The solution to Hrdy's concern lay in her own work. In her study
of the langurs of Abu, in Rajasthan, Hrdy had discovered a grisly
fact; the murder of baby monkeys by adult male monkeys was routine.
Every time a male takes over a troop of females, he kills all the
infants in the group. Exactly the same phenomenon had been
discovered in lions and is common in rodents, carnivores and
primates. Even our closest relatives, the chimpanzees, are guilty.

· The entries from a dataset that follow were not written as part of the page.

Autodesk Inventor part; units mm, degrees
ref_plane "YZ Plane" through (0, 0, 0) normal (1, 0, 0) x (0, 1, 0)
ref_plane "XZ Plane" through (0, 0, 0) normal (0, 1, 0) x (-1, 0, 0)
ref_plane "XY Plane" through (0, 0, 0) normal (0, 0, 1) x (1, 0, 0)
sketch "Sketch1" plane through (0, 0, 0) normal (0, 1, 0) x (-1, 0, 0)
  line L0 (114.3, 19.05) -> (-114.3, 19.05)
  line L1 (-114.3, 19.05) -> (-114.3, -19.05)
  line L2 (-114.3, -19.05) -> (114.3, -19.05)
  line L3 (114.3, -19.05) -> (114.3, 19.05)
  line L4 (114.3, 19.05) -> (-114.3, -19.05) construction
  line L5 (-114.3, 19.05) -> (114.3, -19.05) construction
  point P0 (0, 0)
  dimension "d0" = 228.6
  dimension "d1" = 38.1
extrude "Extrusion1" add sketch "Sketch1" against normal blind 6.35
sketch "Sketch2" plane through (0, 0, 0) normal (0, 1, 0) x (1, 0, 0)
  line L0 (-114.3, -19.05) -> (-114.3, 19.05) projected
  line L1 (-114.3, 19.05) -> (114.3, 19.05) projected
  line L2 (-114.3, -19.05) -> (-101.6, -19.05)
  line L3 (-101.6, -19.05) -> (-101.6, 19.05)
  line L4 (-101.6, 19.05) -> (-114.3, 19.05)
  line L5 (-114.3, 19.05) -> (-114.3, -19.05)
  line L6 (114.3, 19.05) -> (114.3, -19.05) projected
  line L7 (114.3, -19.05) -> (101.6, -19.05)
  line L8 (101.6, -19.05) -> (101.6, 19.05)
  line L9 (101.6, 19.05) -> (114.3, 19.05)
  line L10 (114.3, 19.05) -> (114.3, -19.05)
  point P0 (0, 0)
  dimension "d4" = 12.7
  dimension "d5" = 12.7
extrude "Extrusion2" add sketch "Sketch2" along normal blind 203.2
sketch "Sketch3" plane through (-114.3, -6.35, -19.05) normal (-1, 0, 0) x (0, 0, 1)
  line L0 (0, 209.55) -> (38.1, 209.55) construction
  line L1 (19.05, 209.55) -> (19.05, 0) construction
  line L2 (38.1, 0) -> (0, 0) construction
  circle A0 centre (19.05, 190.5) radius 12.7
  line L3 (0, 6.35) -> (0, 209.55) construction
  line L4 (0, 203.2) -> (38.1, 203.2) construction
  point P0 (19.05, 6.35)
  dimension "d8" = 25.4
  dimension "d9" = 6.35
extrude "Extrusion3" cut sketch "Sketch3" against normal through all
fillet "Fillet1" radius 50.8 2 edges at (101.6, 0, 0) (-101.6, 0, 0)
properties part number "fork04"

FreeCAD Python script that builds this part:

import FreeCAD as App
import Part
import Sketcher
Q = App.Units.Quantity


def edges_at(feature, points):
    """Names of the edges that pass closest to the given points."""
    edges = feature.Shape.Edges
    near = lambda p: min(range(len(edges)), key=lambda i: edges[i].distToShape(Part.Vertex(*p))[0])
    return sorted({f"Edge{near(p) + 1}" for p in points})

doc = App.newDocument("Part")
body = doc.addObject("PartDesign::Body", "Body")

sketch1 = doc.addObject("Sketcher::SketchObject", "Sketch")
body.addObject(sketch1)
sketch1.AttachmentSupport = (doc.XZ_Plane, [""])
sketch1.MapMode = "FlatFace"
sketch1.addGeometry(Part.LineSegment(App.Vector(-114, -19, 0), App.Vector(-114, 19, 0)), False)
sketch1.addGeometry(Part.LineSegment(App.Vector(-114, 19, 0), App.Vector(114, 19, 0)), False)
sketch1.addGeometry(Part.LineSegment(App.Vector(114, 19, 0), App.Vector(114, -19, 0)), False)
sketch1.addGeometry(Part.LineSegment(App.Vector(114, -19, 0), App.Vector(-114, -19, 0)), False)
sketch1.addConstraint(Sketcher.Constraint("Coincident", 0, 2, 1, 1))
sketch1.addConstraint(Sketcher.Constraint("Coincident", 1, 2, 2, 1))
sketch1.addConstraint(Sketcher.Constraint("Coincident", 2, 2, 3, 1))
sketch1.addConstraint(Sketcher.Constraint("Coincident", 3, 2, 0, 1))
sketch1.addConstraint(Sketcher.Constraint("Vertical", 0))
sketch1.addConstraint(Sketcher.Constraint("Horizontal", 1))
sketch1.addConstraint(Sketcher.Constraint("Vertical", 2))
sketch1.addConstraint(Sketcher.Constraint("Horizontal", 3))
sketch1.addConstraint(Sketcher.Constraint("Symmetric", 0, 2, 2, 2, -1, 1))
sketch1.addConstraint(Sketcher.Constraint("DistanceX", 1, 1, 1, 2, Q("9 in")))
sketch1.addConstraint(Sketcher.Constraint("DistanceY", 0, 1, 0, 2, Q("1.5 in")))
pad1 = doc.addObject("PartDesign::Pad", "Pad")
body.addObject(pad1)
pad1.Profile = sketch1
pad1.Length = Q("0.25 in")

sketch2 = doc.addObject("Sketcher::SketchObject", "Sketch001")
body.addObject(sketch2)
sketch2.AttachmentSupport = (doc.XZ_Plane, [""])
sketch2.MapMode = "FlatFace"
sketch2.addGeometry(Part.LineSegment(App.Vector(114, -19, 0), App.Vector(102, -19, 0)), False)
sketch2.addGeometry(Part.LineSegment(App.Vector(102, -19, 0), App.Vector(102, 19, 0)), False)
sketch2.addGeometry(Part.LineSegment(App.Vector(102, 19, 0), App.Vector(114, 19, 0)), False)
sketch2.addGeometry(Part.LineSegment(App.Vector(114, 19, 0), App.Vector(114, -19, 0)), False)
sketch2.addGeometry(Part.LineSegment(App.Vector(-114, -19, 0), App.Vector(-114, 19, 0)), False)
sketch2.addGeometry(Part.LineSegment(App.Vector(-114, 19, 0), App.Vector(-102, 19, 0)), False)
sketch2.addGeometry(Part.LineSegment(App.Vector(-102, 19, 0), App.Vector(-102, -19, 0)), False)
sketch2.addGeometry(Part.LineSegment(App.Vector(-102, -19, 0), App.Vector(-114, -19, 0)), False)
sketch2.addConstraint(Sketcher.Constraint("Coincident", 0, 2, 1, 1))
sketch2.addConstraint(Sketcher.Constraint("Coincident", 1, 2, 2, 1))
sketch2.addConstraint(Sketcher.Constraint("Coincident", 2, 2, 3, 1))
sketch2.addConstraint(Sketcher.Constraint("Coincident", 3, 2, 0, 1))
sketch2.addConstraint(Sketcher.Constraint("Coincident", 4, 2, 5, 1))
sketch2.addConstraint(Sketcher.Constraint("Coincident", 5, 2, 6, 1))
sketch2.addConstraint(Sketcher.Constraint("Coincident", 6, 2, 7, 1))
sketch2.addConstraint(Sketcher.Constraint("Coincident", 7, 2, 4, 1))
sketch2.addConstraint(Sketcher.Constraint("Horizontal", 0))
sketch2.addConstraint(Sketcher.Constraint("Vertical", 1))
sketch2.addConstraint(Sketcher.Constraint("Horizontal", 2))
sketch2.addConstraint(Sketcher.Constraint("Vertical", 3))
sketch2.addConstraint(Sketcher.Constraint("Vertical", 4))
sketch2.addConstraint(Sketcher.Constraint("Horizontal", 5))
sketch2.addConstraint(Sketcher.Constraint("Vertical", 6))
sketch2.addConstraint(Sketcher.Constraint("Horizontal", 7))
sketch2.addConstraint(Sketcher.Constraint("Symmetric", 3, 2, 4, 2, -1, 1))
sketch2.addConstraint(Sketcher.Constraint("Symmetric", 1, 2, 6, 2, -1, 1))
sketch2.addConstraint(Sketcher.Constraint("Horizontal", 2, 2, 4, 2))
sketch2.addConstraint(Sketcher.Constraint("DistanceX", 0, 2, 0, 1, Q("0.5 in")))
sketch2.addConstraint(Sketcher.Constraint("DistanceY", 1, 1, 1, 2, Q("1.5 in")))
sketch2.addConstraint(Sketcher.Constraint("DistanceX", -1, 1, 0, 2, Q("4 in")))
pad2 = doc.addObject("PartDesign::Pad", "Pad001")
body.addObject(pad2)
pad2.Profile = sketch2
pad2.Length = Q("8 in")
pad2.Reversed = True

sketch3 = doc.addObject("Sketcher::SketchObject", "Sketch002")
body.addObject(sketch3)
sketch3.AttachmentSupport = (doc.YZ_Plane, [""])
sketch3.MapMode = "FlatFace"
sketch3.AttachmentOffset = App.Placement(App.Vector(0, 0, -4.5 * 25.4), App.Rotation())
sketch3.addGeometry(Part.Circle(App.Vector(184, 0, 0), App.Vector(0, 0, 1), 13), False)
sketch3.addConstraint(Sketcher.Constraint("PointOnObject", 0, 3, -1))
sketch3.addConstraint(Sketcher.Constraint("Diameter", 0, Q("1 in")))
sketch3.addConstraint(Sketcher.Constraint("DistanceX", -1, 1, 0, 3, Q("7.25 in")))
pocket1 = doc.addObject("PartDesign::Pocket", "Pocket")
body.addObject(pocket1)
pocket1.Profile = sketch3
pocket1.Type = "ThroughAll"
pocket1.Reversed = True
doc.recompute()

fillet = doc.addObject("PartDesign::Fillet", "Fillet")
body.addObject(fillet)
fillet.Base = (pocket1, edges_at(pocket1, [(101.6, 0, 0), (-101.6, 0, 0)]))
fillet.Radius = Q("2 in")

doc.recompute()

Infanticide, said Hrdy and her colleagues, was an "adaptation"--an
evolved strategy. By killing their stepchildren, the males would
halt the females' milk production and so bring forward the date on
which the mother could conceive again. Hrdy suggested that female
promiscuity in monkeys and apes can be explained by the need to
share paternity among many males to prevent infanticide. But does it
apply to humanity?
The short answer is no. It is a fact that stepchildren are 65
times more likely to die than children living with their true
parents, and it is inescapable that young children often have a
terror of new stepfathers that is hard to overcome. But neither of
these facts is of much relevance, for both apply to older children,
not to suckling infants. Their deaths do not free the mother to
breed again.
Moreover, the fact that we are apes can be misleading. Our sex
lives are very different from those of our cousins. Compared to our
ape cousins, we, the commonest of the great apes, have pulled off a
surprising trick. We have somehow reinvented monogamy and paternal
care without losing the habit of living in large multi-male groups.
Like gibbons, men marry women singly and help them to rear their
young, confident of paternity, but, like chimpanzees, those women
live in societies where they have continual contact with other men.
There is no parallel for this among apes. However, there is a close
parallel among birds. Many birds live in colonies, but mate
monogamously within the colony. And the bird parallel brings an
altogether different explanation for females to be interested in
sexual variety.
A female human being does not have to share her sexual favours
with many males to prevent infanticide, but she may have a good
reason to share them with one well-chosen male apart from her
husband. This is because her husband is, almost by definition,
usually not the best male there is---else how would he have ended up
married to her? His value is that he is monogamous and will not
divide his child-rearing effort among several families. But why
accept his genes? Why not have his parental care and another's
genes?
In the 1980s, it became possible for the first time to do genetic
blood-testing of birds, and an enormous surprise was in store for
zoologists. They discovered that many of the baby birds in the
average nest were not their ostensible fathers' sons. Male birds
were cuckolding each other at a tremendous rate.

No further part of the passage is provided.